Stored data
_ _ _ _ _

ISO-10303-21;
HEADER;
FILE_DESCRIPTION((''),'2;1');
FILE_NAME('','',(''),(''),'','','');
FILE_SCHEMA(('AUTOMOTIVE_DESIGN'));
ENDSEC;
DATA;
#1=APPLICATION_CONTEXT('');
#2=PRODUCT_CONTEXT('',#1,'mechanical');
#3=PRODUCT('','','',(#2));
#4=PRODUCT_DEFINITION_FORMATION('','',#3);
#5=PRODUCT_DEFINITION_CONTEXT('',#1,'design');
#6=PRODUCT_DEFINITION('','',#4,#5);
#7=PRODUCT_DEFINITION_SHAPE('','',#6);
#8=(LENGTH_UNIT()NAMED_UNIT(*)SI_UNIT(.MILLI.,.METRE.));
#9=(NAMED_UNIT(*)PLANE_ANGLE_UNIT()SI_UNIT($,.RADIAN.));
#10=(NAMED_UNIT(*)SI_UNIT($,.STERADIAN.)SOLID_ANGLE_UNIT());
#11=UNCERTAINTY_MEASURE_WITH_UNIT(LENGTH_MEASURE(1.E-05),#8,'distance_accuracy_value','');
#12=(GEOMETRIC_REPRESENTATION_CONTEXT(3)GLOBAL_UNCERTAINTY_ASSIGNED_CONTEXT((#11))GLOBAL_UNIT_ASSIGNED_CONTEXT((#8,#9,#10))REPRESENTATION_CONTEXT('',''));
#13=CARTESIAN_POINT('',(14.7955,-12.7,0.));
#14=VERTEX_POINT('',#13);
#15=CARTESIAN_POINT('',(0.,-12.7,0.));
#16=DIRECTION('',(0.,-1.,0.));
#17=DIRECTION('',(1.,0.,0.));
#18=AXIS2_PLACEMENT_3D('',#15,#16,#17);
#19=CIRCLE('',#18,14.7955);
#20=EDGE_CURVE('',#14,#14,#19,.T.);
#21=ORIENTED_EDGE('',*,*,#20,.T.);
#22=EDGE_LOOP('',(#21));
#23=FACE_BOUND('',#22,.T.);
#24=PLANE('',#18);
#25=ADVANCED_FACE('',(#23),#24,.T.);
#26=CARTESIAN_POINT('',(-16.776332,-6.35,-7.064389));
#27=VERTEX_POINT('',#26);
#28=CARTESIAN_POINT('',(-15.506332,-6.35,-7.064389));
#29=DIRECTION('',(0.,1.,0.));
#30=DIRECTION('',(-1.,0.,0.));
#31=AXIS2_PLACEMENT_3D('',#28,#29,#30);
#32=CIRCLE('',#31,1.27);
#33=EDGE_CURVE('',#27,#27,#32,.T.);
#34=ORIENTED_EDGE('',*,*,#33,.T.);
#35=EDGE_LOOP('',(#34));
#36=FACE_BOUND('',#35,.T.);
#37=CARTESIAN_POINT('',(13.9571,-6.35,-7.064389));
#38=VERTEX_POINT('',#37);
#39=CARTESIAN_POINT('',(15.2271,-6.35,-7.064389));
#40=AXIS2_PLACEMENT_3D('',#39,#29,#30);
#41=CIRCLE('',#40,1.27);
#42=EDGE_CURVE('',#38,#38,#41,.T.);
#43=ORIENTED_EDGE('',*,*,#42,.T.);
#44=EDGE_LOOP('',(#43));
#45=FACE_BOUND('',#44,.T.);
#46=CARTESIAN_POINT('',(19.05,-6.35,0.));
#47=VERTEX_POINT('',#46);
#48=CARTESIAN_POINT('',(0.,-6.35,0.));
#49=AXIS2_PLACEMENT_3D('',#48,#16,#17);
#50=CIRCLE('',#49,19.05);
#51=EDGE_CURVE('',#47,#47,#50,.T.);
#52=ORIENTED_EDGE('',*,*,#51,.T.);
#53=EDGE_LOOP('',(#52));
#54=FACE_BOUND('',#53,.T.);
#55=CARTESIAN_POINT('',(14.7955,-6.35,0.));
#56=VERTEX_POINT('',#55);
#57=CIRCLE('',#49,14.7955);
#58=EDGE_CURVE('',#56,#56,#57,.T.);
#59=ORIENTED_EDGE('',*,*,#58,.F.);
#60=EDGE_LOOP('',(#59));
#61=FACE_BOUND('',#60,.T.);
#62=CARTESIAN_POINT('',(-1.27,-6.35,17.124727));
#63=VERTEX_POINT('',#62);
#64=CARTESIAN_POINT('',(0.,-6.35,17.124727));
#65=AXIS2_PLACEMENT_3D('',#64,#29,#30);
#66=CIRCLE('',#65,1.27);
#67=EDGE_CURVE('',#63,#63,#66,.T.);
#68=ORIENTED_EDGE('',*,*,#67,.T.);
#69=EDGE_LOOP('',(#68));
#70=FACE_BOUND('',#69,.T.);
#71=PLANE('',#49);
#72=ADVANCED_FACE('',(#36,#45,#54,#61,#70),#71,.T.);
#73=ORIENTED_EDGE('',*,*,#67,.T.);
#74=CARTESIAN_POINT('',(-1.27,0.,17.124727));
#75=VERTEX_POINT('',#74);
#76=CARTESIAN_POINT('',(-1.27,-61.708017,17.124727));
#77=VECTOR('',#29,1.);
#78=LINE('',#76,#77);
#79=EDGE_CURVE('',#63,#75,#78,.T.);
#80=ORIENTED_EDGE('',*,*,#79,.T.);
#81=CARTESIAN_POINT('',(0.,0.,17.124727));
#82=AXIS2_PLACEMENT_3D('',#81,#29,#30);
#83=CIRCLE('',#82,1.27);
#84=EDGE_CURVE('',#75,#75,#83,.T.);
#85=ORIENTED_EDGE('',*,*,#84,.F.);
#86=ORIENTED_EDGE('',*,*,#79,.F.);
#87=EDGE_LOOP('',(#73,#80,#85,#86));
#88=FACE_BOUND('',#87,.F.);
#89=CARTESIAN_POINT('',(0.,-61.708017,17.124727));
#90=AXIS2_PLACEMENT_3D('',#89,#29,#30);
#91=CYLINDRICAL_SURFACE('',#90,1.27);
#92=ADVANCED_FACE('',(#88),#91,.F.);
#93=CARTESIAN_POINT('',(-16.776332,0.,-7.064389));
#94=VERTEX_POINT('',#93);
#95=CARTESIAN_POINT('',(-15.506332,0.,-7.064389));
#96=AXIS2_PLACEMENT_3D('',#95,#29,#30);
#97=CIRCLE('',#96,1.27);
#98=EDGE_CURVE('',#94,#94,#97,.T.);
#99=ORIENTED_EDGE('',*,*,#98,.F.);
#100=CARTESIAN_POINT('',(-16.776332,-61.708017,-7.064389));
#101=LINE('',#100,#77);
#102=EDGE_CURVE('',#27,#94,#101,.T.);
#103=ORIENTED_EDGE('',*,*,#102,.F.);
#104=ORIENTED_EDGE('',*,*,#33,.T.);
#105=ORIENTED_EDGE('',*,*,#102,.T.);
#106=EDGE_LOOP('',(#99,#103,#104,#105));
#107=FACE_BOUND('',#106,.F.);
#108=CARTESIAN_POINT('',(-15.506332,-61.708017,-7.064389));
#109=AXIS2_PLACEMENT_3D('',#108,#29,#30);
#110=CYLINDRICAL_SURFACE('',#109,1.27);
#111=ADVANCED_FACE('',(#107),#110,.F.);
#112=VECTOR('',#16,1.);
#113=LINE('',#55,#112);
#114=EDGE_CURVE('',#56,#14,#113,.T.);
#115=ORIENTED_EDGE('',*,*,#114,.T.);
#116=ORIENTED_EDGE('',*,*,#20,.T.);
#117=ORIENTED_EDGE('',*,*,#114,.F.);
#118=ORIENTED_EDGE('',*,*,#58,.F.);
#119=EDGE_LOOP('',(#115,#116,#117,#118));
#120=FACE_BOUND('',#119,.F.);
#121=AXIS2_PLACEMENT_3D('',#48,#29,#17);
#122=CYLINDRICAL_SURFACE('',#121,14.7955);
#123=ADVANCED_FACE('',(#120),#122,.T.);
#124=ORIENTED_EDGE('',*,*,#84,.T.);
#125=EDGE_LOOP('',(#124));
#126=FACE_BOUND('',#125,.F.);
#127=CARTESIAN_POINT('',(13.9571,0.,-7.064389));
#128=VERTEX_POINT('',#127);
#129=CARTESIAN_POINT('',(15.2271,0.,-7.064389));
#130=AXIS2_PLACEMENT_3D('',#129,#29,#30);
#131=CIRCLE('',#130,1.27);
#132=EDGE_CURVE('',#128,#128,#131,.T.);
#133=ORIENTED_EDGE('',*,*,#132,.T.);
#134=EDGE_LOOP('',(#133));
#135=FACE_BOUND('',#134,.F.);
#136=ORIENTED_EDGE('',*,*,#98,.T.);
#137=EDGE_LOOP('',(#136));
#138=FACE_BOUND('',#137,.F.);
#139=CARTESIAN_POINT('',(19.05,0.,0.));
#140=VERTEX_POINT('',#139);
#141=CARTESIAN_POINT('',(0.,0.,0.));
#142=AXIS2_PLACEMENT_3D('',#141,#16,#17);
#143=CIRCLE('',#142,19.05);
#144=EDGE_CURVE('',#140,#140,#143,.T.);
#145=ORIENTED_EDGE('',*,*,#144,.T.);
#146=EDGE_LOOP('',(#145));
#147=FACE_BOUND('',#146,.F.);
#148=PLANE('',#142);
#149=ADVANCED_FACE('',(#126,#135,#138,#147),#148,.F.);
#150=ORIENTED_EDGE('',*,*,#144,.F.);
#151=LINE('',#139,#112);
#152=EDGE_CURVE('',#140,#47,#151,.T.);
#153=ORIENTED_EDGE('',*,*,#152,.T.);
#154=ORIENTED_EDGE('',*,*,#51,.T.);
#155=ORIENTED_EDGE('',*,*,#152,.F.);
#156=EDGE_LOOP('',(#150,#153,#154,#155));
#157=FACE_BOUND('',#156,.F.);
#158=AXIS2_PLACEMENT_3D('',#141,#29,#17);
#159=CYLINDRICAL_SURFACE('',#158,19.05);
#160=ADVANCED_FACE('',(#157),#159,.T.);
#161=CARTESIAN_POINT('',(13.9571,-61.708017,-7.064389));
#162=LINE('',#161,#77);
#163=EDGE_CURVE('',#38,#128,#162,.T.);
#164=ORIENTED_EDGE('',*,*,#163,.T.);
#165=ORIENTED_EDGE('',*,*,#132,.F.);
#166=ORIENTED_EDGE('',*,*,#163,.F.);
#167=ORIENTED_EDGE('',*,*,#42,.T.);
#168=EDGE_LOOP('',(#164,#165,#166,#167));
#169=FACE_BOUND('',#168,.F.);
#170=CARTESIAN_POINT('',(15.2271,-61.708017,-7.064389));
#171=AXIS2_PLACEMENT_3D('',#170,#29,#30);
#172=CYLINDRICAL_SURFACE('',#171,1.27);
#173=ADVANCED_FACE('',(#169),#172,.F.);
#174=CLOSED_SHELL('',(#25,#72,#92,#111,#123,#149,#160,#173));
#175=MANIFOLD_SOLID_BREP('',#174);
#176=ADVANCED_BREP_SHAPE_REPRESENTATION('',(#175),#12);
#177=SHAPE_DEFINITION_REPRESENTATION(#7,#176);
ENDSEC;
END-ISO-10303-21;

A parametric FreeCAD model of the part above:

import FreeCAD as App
import Part
import Sketcher

V = App.Vector
Q = App.Units.Quantity

doc = App.newDocument("Part")
params = doc.addObject("Spreadsheet::Sheet", "Params")
for row, (alias, value) in enumerate([
    ("sketch1_diameter", "1.5 in"),
    ("pad1_length", "0.25 in"),
    ("sketch2_diameter", "1.165 in"),
    ("pad2_length", "0.25 in"),
    ("sketch3_diameter", "0.1 in"),
    ("hole_diameter", "0.1 in"),
], start=1):
    params.set(f"A{row}", alias)
    params.set(f"B{row}", "=" + value)
    params.setAlias(f"B{row}", alias)

body = doc.addObject("PartDesign::Body", "Body")

sketch1 = doc.addObject("Sketcher::SketchObject", "Sketch")
body.addObject(sketch1)
sketch1.AttachmentSupport = (doc.XZ_Plane, [""])
sketch1.MapMode = "FlatFace"
sketch1.addGeometry(Part.Circle(V(0, 0, 0), V(0, 0, 1), 19), False)
sketch1.addConstraint(Sketcher.Constraint("Coincident", 0, 3, -1, 1))
sketch1.addConstraint(Sketcher.Constraint("Diameter", 0, Q("1.5 in")))
sketch1.setExpression("Constraints[1]", "Params.sketch1_diameter")
pad1 = doc.addObject("PartDesign::Pad", "Pad")
body.addObject(pad1)
pad1.Profile = sketch1
pad1.setExpression("Length", "Params.pad1_length")

sketch2 = doc.addObject("Sketcher::SketchObject", "Sketch001")
body.addObject(sketch2)
sketch2.AttachmentSupport = (doc.XZ_Plane, [""])
sketch2.MapMode = "FlatFace"
sketch2.AttachmentOffset = App.Placement(V(0, 0, 0.25 * 25.4), App.Rotation())
sketch2.addGeometry(Part.Circle(V(0, 0, 0), V(0, 0, 1), 15), False)
sketch2.addConstraint(Sketcher.Constraint("Coincident", 0, 3, -1, 1))
sketch2.addConstraint(Sketcher.Constraint("Diameter", 0, Q("1.165 in")))
sketch2.setExpression("Constraints[1]", "Params.sketch2_diameter")
pad2 = doc.addObject("PartDesign::Pad", "Pad001")
body.addObject(pad2)
pad2.Profile = sketch2
pad2.setExpression("Length", "Params.pad2_length")

sketch3 = doc.addObject("Sketcher::SketchObject", "Sketch002")
body.addObject(sketch3)
sketch3.AttachmentSupport = (doc.XZ_Plane, [""])
sketch3.MapMode = "FlatFace"
sketch3.AttachmentOffset = App.Placement(V(0, 0, 0.25 * 25.4), App.Rotation())
sketch3.addGeometry(Part.Circle(V(0, 17.1, 0), V(0, 0, 1), 1.3), False)
sketch3.addGeometry(Part.Circle(V(15.2, -7.1, 0), V(0, 0, 1), 1.3), False)
sketch3.addGeometry(Part.Circle(V(-15.5, -7.1, 0), V(0, 0, 1), 1.3), False)
sketch3.addConstraint(Sketcher.Constraint("Equal", 0, 1))
sketch3.addConstraint(Sketcher.Constraint("Equal", 1, 2))
sketch3.addConstraint(Sketcher.Constraint("PointOnObject", 0, 3, -2))
sketch3.addConstraint(Sketcher.Constraint("Horizontal", 1, 3, 2, 3))
sketch3.addConstraint(Sketcher.Constraint("Diameter", 0, Q("0.1 in")))
sketch3.addConstraint(Sketcher.Constraint("DistanceX", -1, 1, 1, 3, 15.2271))
sketch3.addConstraint(Sketcher.Constraint("DistanceY", 1, 3, -1, 1, 7.064389))
sketch3.addConstraint(Sketcher.Constraint("DistanceY", -1, 1, 0, 3, 17.124727))
sketch3.addConstraint(Sketcher.Constraint("DistanceX", 2, 3, -1, 1, 15.506332))
sketch3.setExpression("Constraints[4]", "Params.sketch3_diameter")
doc.recompute()
hole = doc.addObject("PartDesign::Hole", "Hole")
body.addObject(hole)
hole.Profile = sketch3
hole.ThreadType = "None"
hole.setExpression("Diameter", "Params.hole_diameter")
hole.DepthType = "ThroughAll"

doc.recompute()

_ _ _ _ _

=== Problem to work on ===
Extract from the records above the lines from the one containing "#139=CARTESIAN_POINT('',(19.05,0.,0.));" to the one containing "#146=EDGE_LOOP('',(#145));", both lines included, exactly as they appear and with nothing else.

=== Task answer ===
#139=CARTESIAN_POINT('',(19.05,0.,0.));
#140=VERTEX_POINT('',#139);
#141=CARTESIAN_POINT('',(0.,0.,0.));
#142=AXIS2_PLACEMENT_3D('',#141,#16,#17);
#143=CIRCLE('',#142,19.05);
#144=EDGE_CURVE('',#140,#140,#143,.T.);
#145=ORIENTED_EDGE('',*,*,#144,.T.);
#146=EDGE_LOOP('',(#145));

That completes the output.